■ Exercise details
Type again, exactly, the lines below from the start through the line that includes "e31 v28 v26 LINE".

[Items from a dataset]
= Beginning of Section =
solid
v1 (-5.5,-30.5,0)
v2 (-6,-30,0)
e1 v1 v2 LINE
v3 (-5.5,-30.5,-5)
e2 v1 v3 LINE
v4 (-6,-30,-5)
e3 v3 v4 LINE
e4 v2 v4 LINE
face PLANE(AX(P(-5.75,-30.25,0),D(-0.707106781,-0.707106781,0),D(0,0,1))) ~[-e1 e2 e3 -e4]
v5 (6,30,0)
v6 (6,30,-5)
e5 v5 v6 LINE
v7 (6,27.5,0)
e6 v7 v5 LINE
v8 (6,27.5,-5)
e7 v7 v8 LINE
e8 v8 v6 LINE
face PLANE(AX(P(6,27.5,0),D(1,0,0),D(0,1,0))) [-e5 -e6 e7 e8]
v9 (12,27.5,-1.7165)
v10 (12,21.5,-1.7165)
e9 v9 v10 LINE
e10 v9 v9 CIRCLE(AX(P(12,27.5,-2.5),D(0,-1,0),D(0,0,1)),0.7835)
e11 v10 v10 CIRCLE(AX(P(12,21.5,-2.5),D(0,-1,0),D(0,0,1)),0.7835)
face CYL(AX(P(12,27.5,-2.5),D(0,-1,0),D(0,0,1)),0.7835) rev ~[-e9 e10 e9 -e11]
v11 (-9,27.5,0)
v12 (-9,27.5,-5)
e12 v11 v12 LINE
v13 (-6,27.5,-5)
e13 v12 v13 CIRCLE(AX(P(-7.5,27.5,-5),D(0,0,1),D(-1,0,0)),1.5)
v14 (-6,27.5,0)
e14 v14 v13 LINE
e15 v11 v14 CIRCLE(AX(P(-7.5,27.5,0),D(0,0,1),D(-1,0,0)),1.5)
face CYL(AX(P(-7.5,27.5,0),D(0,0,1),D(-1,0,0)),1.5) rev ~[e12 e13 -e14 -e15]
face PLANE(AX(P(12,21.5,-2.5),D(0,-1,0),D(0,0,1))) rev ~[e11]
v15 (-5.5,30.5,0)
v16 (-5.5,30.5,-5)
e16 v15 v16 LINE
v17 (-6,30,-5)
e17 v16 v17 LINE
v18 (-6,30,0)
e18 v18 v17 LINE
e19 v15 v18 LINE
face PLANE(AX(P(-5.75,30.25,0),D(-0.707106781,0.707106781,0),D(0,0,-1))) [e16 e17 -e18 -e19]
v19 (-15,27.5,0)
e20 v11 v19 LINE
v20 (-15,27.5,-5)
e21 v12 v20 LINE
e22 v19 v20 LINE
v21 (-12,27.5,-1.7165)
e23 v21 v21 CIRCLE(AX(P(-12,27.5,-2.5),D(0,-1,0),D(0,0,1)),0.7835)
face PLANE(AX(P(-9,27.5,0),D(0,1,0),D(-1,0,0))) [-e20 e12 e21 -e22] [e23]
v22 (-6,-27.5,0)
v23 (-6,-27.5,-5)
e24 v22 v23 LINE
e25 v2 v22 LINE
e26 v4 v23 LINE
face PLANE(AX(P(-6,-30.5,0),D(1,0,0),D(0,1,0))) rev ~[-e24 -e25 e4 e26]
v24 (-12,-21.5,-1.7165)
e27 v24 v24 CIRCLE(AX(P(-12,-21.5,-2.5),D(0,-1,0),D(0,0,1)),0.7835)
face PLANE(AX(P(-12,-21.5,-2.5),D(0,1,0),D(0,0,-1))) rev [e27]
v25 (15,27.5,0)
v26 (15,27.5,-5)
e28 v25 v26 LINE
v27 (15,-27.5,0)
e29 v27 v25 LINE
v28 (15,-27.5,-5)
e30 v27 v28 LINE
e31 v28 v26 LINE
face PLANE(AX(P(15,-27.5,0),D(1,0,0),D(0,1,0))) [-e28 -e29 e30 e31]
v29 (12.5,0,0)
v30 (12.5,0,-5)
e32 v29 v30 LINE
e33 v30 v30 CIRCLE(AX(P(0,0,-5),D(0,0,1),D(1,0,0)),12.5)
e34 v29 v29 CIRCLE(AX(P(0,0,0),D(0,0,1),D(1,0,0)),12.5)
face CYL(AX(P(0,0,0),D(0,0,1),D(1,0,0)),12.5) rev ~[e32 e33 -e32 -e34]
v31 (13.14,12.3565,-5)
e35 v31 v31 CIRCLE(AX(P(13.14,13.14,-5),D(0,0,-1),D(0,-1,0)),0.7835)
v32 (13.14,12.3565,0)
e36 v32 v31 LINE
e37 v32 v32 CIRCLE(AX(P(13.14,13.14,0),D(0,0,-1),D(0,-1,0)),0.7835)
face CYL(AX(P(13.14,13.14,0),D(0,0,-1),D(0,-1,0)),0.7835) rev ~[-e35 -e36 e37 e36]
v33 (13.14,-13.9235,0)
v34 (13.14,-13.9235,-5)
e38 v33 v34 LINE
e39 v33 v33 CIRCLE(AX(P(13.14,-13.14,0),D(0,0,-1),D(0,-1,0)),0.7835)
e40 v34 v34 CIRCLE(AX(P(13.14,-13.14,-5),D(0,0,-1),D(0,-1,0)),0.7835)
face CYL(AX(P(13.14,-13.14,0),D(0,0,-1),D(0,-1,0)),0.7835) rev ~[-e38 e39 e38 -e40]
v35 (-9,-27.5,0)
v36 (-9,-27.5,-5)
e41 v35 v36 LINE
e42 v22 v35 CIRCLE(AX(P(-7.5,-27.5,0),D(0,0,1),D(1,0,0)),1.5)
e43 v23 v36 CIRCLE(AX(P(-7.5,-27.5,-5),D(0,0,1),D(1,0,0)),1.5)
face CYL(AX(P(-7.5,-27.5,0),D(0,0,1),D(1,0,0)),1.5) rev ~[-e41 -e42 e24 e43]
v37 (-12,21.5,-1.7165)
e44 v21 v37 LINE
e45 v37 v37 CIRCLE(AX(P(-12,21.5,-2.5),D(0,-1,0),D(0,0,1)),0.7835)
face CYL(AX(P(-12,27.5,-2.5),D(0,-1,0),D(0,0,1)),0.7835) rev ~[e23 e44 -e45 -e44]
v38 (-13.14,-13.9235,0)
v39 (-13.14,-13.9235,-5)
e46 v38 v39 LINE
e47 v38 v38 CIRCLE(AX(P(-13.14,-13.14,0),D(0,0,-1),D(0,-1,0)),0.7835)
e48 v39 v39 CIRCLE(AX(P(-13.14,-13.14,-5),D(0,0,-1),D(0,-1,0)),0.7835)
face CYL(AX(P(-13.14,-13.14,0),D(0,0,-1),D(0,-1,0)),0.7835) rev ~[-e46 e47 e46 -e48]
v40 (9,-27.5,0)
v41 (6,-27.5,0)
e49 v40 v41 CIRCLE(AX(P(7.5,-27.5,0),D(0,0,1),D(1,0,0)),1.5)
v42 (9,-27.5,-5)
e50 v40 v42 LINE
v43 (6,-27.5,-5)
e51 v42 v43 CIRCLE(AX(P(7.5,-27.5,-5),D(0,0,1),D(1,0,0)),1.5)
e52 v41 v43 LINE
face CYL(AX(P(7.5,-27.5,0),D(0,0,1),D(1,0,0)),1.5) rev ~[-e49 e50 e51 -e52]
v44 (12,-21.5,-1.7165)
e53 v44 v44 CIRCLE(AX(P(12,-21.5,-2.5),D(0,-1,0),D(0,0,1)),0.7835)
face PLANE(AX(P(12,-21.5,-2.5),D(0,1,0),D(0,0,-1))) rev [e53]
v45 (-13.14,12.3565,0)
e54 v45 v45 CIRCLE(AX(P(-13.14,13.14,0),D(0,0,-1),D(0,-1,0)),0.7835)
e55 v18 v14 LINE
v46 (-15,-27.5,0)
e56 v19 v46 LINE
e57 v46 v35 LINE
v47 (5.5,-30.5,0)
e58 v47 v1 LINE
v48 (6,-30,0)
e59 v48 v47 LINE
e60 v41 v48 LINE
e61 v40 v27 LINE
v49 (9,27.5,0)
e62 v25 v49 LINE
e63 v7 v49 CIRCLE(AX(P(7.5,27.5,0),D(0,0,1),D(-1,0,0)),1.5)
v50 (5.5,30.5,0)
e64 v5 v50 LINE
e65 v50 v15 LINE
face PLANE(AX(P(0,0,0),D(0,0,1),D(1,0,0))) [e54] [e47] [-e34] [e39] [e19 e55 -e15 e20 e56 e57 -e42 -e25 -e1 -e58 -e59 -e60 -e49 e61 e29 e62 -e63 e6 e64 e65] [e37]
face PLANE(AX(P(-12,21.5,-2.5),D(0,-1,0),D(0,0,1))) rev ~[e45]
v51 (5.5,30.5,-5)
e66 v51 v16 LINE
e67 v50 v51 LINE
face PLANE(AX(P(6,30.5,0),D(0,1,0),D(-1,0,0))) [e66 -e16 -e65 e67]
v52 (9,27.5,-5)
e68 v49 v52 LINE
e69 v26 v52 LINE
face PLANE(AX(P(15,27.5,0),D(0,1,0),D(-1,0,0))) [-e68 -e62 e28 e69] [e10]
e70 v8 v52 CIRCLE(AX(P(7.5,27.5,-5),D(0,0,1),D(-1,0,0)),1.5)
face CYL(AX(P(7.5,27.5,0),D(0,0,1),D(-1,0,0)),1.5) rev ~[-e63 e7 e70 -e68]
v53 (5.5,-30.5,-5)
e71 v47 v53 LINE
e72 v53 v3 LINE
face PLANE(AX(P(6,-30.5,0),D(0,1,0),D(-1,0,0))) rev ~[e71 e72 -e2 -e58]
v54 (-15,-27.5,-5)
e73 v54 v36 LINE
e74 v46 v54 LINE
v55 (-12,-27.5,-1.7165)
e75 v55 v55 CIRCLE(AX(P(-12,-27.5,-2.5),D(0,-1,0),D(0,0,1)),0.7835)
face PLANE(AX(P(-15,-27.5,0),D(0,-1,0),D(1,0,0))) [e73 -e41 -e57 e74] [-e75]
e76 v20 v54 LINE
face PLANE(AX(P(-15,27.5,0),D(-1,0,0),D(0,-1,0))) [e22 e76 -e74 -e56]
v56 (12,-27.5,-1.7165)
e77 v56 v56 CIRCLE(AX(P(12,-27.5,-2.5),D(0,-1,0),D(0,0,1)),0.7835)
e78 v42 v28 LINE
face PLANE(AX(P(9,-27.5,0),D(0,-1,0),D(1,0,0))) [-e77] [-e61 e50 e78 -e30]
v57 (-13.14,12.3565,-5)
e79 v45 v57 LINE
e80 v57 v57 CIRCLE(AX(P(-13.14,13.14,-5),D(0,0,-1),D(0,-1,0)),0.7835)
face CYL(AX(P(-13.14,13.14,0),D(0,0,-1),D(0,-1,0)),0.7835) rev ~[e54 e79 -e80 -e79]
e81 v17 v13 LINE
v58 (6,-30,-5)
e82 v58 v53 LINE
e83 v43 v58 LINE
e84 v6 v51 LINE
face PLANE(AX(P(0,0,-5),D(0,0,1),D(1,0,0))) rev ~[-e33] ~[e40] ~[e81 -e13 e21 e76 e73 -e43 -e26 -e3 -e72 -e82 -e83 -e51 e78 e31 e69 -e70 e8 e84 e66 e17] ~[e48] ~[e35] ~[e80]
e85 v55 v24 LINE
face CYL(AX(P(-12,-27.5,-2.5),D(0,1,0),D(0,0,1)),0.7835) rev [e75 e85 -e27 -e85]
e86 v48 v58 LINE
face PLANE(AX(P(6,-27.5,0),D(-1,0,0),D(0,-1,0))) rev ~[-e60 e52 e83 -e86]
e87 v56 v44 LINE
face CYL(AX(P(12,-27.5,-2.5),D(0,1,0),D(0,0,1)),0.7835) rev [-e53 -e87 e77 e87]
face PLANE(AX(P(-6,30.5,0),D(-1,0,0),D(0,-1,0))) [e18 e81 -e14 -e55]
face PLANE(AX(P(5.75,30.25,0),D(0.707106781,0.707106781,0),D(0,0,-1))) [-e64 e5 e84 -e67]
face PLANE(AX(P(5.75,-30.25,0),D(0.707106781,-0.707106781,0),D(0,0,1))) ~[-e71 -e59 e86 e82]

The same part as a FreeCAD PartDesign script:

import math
import FreeCAD as App
import Part
import Sketcher

V = App.Vector


def edges_at(feature, points):
    """Names of the edges that pass closest to the given points."""
    edges = feature.Shape.Edges
    near = lambda p: min(range(len(edges)), key=lambda i: edges[i].distToShape(Part.Vertex(*p))[0])
    return sorted({f"Edge{near(p) + 1}" for p in points})

doc = App.newDocument("Part")
body = doc.addObject("PartDesign::Body", "Body")

# Sketch on XY plane
sketch1 = doc.addObject("Sketcher::SketchObject", "Sketch")
body.addObject(sketch1)
sketch1.AttachmentSupport = (doc.XY_Plane, [""])
sketch1.MapMode = "FlatFace"
sketch1.addGeometry(Part.LineSegment(V(15, -27.5, 0), V(15, 27.5, 0)), False)
sketch1.addGeometry(Part.LineSegment(V(15, 27.5, 0), V(9, 27.5, 0)), False)
sketch1.addGeometry(Part.ArcOfCircle(Part.Circle(V(7.5, 27.5, 0), V(0, 0, 1), 1.5), math.radians(180), math.radians(360)), False)
sketch1.addGeometry(Part.LineSegment(V(6, 27.5, 0), V(6, 30.5, 0)), False)
sketch1.addGeometry(Part.LineSegment(V(6, 30.5, 0), V(-6, 30.5, 0)), False)
sketch1.addGeometry(Part.LineSegment(V(-6, 30.5, 0), V(-6, 27.5, 0)), False)
sketch1.addGeometry(Part.ArcOfCircle(Part.Circle(V(-7.5, 27.5, 0), V(0, 0, 1), 1.5), math.radians(180), math.radians(360)), False)
sketch1.addGeometry(Part.LineSegment(V(-9, 27.5, 0), V(-15, 27.5, 0)), False)
sketch1.addGeometry(Part.LineSegment(V(-15, 27.5, 0), V(-15, -27.5, 0)), False)
sketch1.addGeometry(Part.LineSegment(V(-15, -27.5, 0), V(-9, -27.5, 0)), False)
sketch1.addGeometry(Part.ArcOfCircle(Part.Circle(V(-7.5, -27.5, 0), V(0, 0, 1), 1.5), math.radians(0), math.radians(180)), False)
sketch1.addGeometry(Part.LineSegment(V(-6, -27.5, 0), V(-6, -30.5, 0)), False)
sketch1.addGeometry(Part.LineSegment(V(-6, -30.5, 0), V(6, -30.5, 0)), False)
sketch1.addGeometry(Part.LineSegment(V(6, -30.5, 0), V(6, -27.5, 0)), False)
sketch1.addGeometry(Part.ArcOfCircle(Part.Circle(V(7.5, -27.5, 0), V(0, 0, 1), 1.5), math.radians(0), math.radians(180)), False)
sketch1.addGeometry(Part.LineSegment(V(9, -27.5, 0), V(15, -27.5, 0)), False)
sketch1.addConstraint(Sketcher.Constraint("Coincident", 0, 2, 1, 1))
sketch1.addConstraint(Sketcher.Constraint("Coincident", 1, 2, 2, 2))
sketch1.addConstraint(Sketcher.Constraint("Tangent", 2, 1, 3, 1))
sketch1.addConstraint(Sketcher.Constraint("Coincident", 3, 2, 4, 1))
sketch1.addConstraint(Sketcher.Constraint("Coincident", 4, 2, 5, 1))
sketch1.addConstraint(Sketcher.Constraint("Tangent", 5, 2, 6, 2))
sketch1.addConstraint(Sketcher.Constraint("Coincident", 6, 1, 7, 1))
sketch1.addConstraint(Sketcher.Constraint("Coincident", 7, 2, 8, 1))
sketch1.addConstraint(Sketcher.Constraint("Coincident", 8, 2, 9, 1))
sketch1.addConstraint(Sketcher.Constraint("Coincident", 9, 2, 10, 2))
sketch1.addConstraint(Sketcher.Constraint("Tangent", 10, 1, 11, 1))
= End of Section =
■ Task solution
solid
v1 (-5.5,-30.5,0)
v2 (-6,-30,0)
e1 v1 v2 LINE
v3 (-5.5,-30.5,-5)
e2 v1 v3 LINE
v4 (-6,-30,-5)
e3 v3 v4 LINE
e4 v2 v4 LINE
face PLANE(AX(P(-5.75,-30.25,0),D(-0.707106781,-0.707106781,0),D(0,0,1))) ~[-e1 e2 e3 -e4]
v5 (6,30,0)
v6 (6,30,-5)
e5 v5 v6 LINE
v7 (6,27.5,0)
e6 v7 v5 LINE
v8 (6,27.5,-5)
e7 v7 v8 LINE
e8 v8 v6 LINE
face PLANE(AX(P(6,27.5,0),D(1,0,0),D(0,1,0))) [-e5 -e6 e7 e8]
v9 (12,27.5,-1.7165)
v10 (12,21.5,-1.7165)
e9 v9 v10 LINE
e10 v9 v9 CIRCLE(AX(P(12,27.5,-2.5),D(0,-1,0),D(0,0,1)),0.7835)
e11 v10 v10 CIRCLE(AX(P(12,21.5,-2.5),D(0,-1,0),D(0,0,1)),0.7835)
face CYL(AX(P(12,27.5,-2.5),D(0,-1,0),D(0,0,1)),0.7835) rev ~[-e9 e10 e9 -e11]
v11 (-9,27.5,0)
v12 (-9,27.5,-5)
e12 v11 v12 LINE
v13 (-6,27.5,-5)
e13 v12 v13 CIRCLE(AX(P(-7.5,27.5,-5),D(0,0,1),D(-1,0,0)),1.5)
v14 (-6,27.5,0)
e14 v14 v13 LINE
e15 v11 v14 CIRCLE(AX(P(-7.5,27.5,0),D(0,0,1),D(-1,0,0)),1.5)
face CYL(AX(P(-7.5,27.5,0),D(0,0,1),D(-1,0,0)),1.5) rev ~[e12 e13 -e14 -e15]
face PLANE(AX(P(12,21.5,-2.5),D(0,-1,0),D(0,0,1))) rev ~[e11]
v15 (-5.5,30.5,0)
v16 (-5.5,30.5,-5)
e16 v15 v16 LINE
v17 (-6,30,-5)
e17 v16 v17 LINE
v18 (-6,30,0)
e18 v18 v17 LINE
e19 v15 v18 LINE
face PLANE(AX(P(-5.75,30.25,0),D(-0.707106781,0.707106781,0),D(0,0,-1))) [e16 e17 -e18 -e19]
v19 (-15,27.5,0)
e20 v11 v19 LINE
v20 (-15,27.5,-5)
e21 v12 v20 LINE
e22 v19 v20 LINE
v21 (-12,27.5,-1.7165)
e23 v21 v21 CIRCLE(AX(P(-12,27.5,-2.5),D(0,-1,0),D(0,0,1)),0.7835)
face PLANE(AX(P(-9,27.5,0),D(0,1,0),D(-1,0,0))) [-e20 e12 e21 -e22] [e23]
v22 (-6,-27.5,0)
v23 (-6,-27.5,-5)
e24 v22 v23 LINE
e25 v2 v22 LINE
e26 v4 v23 LINE
face PLANE(AX(P(-6,-30.5,0),D(1,0,0),D(0,1,0))) rev ~[-e24 -e25 e4 e26]
v24 (-12,-21.5,-1.7165)
e27 v24 v24 CIRCLE(AX(P(-12,-21.5,-2.5),D(0,-1,0),D(0,0,1)),0.7835)
face PLANE(AX(P(-12,-21.5,-2.5),D(0,1,0),D(0,0,-1))) rev [e27]
v25 (15,27.5,0)
v26 (15,27.5,-5)
e28 v25 v26 LINE
v27 (15,-27.5,0)
e29 v27 v25 LINE
v28 (15,-27.5,-5)
e30 v27 v28 LINE
e31 v28 v26 LINE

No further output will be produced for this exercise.